■ Activity ■
Whenever "behind" occurs in a line of the material, list that line.

■ Data for this task ■
.....

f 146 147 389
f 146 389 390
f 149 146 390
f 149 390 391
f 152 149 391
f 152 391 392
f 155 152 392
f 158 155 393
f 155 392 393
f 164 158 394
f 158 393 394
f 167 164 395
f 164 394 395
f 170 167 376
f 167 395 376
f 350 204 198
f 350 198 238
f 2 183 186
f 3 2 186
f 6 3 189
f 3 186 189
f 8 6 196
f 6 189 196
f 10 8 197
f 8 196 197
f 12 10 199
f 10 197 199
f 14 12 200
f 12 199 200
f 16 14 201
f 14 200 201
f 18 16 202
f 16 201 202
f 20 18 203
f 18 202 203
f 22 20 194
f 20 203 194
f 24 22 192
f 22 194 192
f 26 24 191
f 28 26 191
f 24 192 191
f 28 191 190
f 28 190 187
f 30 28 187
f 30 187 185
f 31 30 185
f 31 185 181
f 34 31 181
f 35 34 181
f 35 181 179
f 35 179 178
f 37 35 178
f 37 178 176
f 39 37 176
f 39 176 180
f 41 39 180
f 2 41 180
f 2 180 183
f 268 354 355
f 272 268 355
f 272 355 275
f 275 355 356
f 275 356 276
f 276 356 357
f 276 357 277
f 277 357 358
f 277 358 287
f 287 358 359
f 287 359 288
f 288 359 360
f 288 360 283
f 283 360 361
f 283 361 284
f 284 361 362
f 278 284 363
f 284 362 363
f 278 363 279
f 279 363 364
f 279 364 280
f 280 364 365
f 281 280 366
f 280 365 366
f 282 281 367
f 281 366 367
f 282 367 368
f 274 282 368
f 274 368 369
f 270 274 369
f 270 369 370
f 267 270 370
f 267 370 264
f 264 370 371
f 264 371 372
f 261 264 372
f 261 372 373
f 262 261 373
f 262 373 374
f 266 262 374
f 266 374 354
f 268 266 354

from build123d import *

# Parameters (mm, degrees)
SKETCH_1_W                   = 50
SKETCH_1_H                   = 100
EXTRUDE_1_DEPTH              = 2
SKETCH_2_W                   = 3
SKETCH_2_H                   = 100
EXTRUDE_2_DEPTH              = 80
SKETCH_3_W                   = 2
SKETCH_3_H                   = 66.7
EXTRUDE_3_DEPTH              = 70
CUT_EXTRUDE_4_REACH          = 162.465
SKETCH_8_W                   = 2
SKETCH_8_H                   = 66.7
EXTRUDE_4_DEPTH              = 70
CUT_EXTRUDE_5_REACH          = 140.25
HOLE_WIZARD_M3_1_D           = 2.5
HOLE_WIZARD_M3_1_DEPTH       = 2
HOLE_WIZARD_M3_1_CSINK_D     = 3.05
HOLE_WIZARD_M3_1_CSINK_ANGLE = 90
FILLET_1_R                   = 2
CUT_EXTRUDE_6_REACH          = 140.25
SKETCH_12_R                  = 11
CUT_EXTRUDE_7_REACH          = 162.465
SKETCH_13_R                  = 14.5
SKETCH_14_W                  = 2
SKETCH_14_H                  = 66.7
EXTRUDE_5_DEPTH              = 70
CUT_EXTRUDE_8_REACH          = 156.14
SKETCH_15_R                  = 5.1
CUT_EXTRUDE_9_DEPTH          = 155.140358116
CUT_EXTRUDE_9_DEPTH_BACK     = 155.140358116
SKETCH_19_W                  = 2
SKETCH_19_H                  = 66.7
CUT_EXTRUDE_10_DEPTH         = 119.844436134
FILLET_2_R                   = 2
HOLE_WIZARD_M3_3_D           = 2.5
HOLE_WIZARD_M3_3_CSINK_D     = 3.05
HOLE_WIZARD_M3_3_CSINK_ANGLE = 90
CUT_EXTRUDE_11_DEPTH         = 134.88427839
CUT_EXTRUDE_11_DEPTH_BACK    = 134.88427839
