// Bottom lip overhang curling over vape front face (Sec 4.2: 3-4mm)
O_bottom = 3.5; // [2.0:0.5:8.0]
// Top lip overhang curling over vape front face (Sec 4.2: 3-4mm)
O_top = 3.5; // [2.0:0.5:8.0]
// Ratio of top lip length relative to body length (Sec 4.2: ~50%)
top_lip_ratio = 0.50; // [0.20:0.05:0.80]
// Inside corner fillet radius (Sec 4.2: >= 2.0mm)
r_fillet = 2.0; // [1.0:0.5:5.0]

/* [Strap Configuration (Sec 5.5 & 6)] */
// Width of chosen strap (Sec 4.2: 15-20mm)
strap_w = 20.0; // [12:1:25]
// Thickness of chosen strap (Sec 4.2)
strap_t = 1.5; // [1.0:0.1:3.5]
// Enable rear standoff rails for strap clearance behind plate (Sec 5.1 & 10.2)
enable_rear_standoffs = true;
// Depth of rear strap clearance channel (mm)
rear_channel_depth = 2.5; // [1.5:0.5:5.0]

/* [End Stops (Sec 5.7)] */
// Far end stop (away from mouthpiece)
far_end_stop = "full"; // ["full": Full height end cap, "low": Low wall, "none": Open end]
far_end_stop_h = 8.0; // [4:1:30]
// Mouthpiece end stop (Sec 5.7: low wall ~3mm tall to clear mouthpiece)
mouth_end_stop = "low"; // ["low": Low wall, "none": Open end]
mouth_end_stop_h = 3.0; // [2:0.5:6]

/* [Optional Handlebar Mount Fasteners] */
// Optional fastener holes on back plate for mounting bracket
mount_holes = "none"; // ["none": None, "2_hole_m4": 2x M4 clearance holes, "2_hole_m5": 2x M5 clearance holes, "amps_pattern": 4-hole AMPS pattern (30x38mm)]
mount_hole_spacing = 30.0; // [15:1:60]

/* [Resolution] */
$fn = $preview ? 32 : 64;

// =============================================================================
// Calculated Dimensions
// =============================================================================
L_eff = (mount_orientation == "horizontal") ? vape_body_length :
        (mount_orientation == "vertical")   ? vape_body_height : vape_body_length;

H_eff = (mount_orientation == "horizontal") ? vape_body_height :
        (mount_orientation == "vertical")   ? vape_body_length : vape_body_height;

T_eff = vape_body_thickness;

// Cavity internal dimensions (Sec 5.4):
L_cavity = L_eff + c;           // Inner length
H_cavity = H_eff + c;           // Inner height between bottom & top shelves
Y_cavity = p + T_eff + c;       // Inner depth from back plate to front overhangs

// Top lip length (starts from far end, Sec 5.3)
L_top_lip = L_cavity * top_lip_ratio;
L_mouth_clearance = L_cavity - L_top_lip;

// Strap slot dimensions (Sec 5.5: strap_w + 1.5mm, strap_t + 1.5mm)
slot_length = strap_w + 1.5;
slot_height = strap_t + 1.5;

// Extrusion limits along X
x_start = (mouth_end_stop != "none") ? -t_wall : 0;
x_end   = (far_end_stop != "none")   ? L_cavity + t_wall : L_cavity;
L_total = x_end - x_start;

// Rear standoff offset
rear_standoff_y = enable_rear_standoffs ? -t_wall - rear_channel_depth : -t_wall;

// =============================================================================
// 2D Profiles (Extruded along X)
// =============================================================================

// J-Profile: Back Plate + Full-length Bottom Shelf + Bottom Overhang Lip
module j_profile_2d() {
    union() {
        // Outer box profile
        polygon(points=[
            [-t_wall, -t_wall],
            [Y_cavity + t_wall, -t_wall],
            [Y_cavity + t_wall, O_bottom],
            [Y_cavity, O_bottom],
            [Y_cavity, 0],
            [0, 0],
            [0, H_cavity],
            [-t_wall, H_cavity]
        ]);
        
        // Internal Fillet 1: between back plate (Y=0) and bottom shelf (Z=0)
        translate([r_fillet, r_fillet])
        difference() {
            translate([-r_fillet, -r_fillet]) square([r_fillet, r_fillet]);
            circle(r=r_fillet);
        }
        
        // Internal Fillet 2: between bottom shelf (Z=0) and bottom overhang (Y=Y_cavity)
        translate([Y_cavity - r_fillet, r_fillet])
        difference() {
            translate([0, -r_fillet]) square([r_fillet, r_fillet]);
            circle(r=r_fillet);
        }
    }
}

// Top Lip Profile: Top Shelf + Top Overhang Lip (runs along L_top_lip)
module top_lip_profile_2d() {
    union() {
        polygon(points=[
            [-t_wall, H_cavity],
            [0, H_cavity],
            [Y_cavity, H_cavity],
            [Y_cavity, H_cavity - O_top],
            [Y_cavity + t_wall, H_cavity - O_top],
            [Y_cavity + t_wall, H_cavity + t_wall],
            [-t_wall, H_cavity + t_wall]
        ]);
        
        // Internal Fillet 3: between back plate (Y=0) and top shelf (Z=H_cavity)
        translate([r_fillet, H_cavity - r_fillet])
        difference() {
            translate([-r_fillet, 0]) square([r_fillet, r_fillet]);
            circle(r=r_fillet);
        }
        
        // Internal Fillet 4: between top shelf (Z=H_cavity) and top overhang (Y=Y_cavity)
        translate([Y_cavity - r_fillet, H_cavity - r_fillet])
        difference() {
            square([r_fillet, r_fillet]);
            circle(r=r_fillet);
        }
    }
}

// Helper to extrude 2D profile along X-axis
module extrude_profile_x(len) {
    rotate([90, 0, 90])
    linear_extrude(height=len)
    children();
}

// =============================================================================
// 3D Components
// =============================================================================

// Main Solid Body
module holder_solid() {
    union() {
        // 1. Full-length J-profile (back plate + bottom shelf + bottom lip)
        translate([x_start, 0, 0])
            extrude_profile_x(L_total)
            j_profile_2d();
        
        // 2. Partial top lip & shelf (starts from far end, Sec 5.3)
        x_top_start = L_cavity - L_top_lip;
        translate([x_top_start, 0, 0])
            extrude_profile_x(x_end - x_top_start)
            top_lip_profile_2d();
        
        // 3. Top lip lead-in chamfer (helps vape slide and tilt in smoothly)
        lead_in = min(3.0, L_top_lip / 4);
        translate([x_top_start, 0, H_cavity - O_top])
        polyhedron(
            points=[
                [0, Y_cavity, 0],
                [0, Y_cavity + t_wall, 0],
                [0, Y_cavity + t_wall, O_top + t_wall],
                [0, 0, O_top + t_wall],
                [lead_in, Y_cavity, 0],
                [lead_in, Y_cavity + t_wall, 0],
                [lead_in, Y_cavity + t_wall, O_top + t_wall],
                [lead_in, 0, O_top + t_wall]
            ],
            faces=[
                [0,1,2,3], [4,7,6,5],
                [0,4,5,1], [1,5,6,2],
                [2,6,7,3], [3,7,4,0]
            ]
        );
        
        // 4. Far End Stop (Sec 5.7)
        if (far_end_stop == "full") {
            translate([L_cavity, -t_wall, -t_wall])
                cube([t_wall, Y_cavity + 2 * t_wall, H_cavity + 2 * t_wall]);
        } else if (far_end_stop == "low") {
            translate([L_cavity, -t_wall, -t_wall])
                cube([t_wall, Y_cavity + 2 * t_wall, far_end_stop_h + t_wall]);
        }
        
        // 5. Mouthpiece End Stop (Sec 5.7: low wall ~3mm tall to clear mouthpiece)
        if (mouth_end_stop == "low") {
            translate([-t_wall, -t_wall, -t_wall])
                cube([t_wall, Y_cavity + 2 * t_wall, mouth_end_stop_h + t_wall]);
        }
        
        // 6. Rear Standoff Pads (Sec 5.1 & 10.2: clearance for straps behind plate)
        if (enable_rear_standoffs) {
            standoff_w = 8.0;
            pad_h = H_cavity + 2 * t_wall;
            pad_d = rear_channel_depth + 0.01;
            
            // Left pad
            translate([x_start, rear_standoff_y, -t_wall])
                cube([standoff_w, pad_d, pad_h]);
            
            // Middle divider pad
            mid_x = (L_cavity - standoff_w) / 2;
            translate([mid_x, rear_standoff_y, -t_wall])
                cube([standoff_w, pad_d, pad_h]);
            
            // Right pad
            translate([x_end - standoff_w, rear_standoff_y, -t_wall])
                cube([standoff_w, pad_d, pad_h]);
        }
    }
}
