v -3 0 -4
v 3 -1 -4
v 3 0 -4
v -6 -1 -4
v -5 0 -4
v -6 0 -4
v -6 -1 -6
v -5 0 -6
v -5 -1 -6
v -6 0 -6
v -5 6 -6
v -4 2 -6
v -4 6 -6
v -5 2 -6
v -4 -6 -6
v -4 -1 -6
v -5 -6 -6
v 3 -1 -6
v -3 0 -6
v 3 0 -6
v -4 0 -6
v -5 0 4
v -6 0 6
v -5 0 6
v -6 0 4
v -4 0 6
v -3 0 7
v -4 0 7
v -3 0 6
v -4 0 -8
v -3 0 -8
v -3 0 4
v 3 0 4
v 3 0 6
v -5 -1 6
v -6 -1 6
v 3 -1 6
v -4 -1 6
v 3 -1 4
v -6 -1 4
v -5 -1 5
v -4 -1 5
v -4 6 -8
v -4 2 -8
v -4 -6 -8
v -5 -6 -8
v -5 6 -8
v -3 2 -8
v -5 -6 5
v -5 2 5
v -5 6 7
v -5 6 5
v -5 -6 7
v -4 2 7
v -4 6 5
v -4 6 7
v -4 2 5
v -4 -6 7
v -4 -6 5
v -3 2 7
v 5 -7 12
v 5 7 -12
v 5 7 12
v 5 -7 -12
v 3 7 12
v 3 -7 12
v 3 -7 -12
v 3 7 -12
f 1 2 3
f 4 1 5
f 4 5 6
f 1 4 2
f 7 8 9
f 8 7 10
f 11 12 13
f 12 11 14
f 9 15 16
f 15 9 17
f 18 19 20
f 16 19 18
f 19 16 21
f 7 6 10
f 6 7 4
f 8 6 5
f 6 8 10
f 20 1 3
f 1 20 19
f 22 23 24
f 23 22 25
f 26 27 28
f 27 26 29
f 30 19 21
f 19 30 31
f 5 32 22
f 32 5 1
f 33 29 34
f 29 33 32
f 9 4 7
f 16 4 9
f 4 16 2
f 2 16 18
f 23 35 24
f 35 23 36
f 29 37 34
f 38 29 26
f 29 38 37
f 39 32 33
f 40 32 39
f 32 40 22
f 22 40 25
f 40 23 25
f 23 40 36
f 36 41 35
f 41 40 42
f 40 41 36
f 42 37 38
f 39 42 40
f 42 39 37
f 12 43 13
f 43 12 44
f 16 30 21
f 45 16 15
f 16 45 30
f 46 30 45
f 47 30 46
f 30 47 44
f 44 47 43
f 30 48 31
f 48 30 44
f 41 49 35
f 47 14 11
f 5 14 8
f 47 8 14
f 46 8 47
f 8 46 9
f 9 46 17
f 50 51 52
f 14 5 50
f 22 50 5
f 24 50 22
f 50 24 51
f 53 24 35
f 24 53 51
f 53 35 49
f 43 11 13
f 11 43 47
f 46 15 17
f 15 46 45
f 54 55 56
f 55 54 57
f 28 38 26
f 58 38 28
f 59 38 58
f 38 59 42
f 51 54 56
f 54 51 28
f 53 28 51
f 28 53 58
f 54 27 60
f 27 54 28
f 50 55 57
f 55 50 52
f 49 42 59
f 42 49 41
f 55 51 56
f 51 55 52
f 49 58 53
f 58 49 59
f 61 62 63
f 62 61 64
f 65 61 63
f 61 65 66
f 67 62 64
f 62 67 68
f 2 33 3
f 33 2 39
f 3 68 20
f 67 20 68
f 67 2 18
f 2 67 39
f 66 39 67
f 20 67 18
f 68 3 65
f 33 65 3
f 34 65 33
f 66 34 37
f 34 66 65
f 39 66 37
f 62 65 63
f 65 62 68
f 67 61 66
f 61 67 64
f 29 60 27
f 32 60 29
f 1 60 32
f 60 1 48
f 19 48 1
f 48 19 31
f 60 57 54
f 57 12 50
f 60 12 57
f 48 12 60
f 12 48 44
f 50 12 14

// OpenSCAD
//draw('Top','Rect',P=(4,0,0),G=(2,7,12))

translate([4,0,0]) {
    cube([2,14,24],true);
}

//for(i<2,'Trans',u=(0,0,10))
//draw('Leg','Cub',P=(-6,-1,-6)
//+(i×u),G=(10,1,2))

translate([-6,-1,-6]) {
    cube([10,1,2]);
    translate([0,0,10]) {
        cube([10,1,2]);
    }
}

//for(i<2,'Trans',u=(0,0,13))
//draw('HoriBar','Cub',P=(-5,-6,-8)
//+(i×u),G=(1,12,2))

translate([-5,-6,-8]) {
    cube([1,12,2]);
    translate([0,0,13]) {
        cube([1,12,2]);
    }
}

//draw('HoriBar','Cub',P=(-5,0,-8),G=(2,2,15))
translate([-5,0,-8]) {
    cube([2,2,15]);
}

.....

■ Exercise solution ■
// Enable rear standoff rails for strap clearance behind plate (Sec 5.1 & 10.2)
        // 6. Rear Standoff Pads (Sec 5.1 & 10.2: clearance for straps behind plate)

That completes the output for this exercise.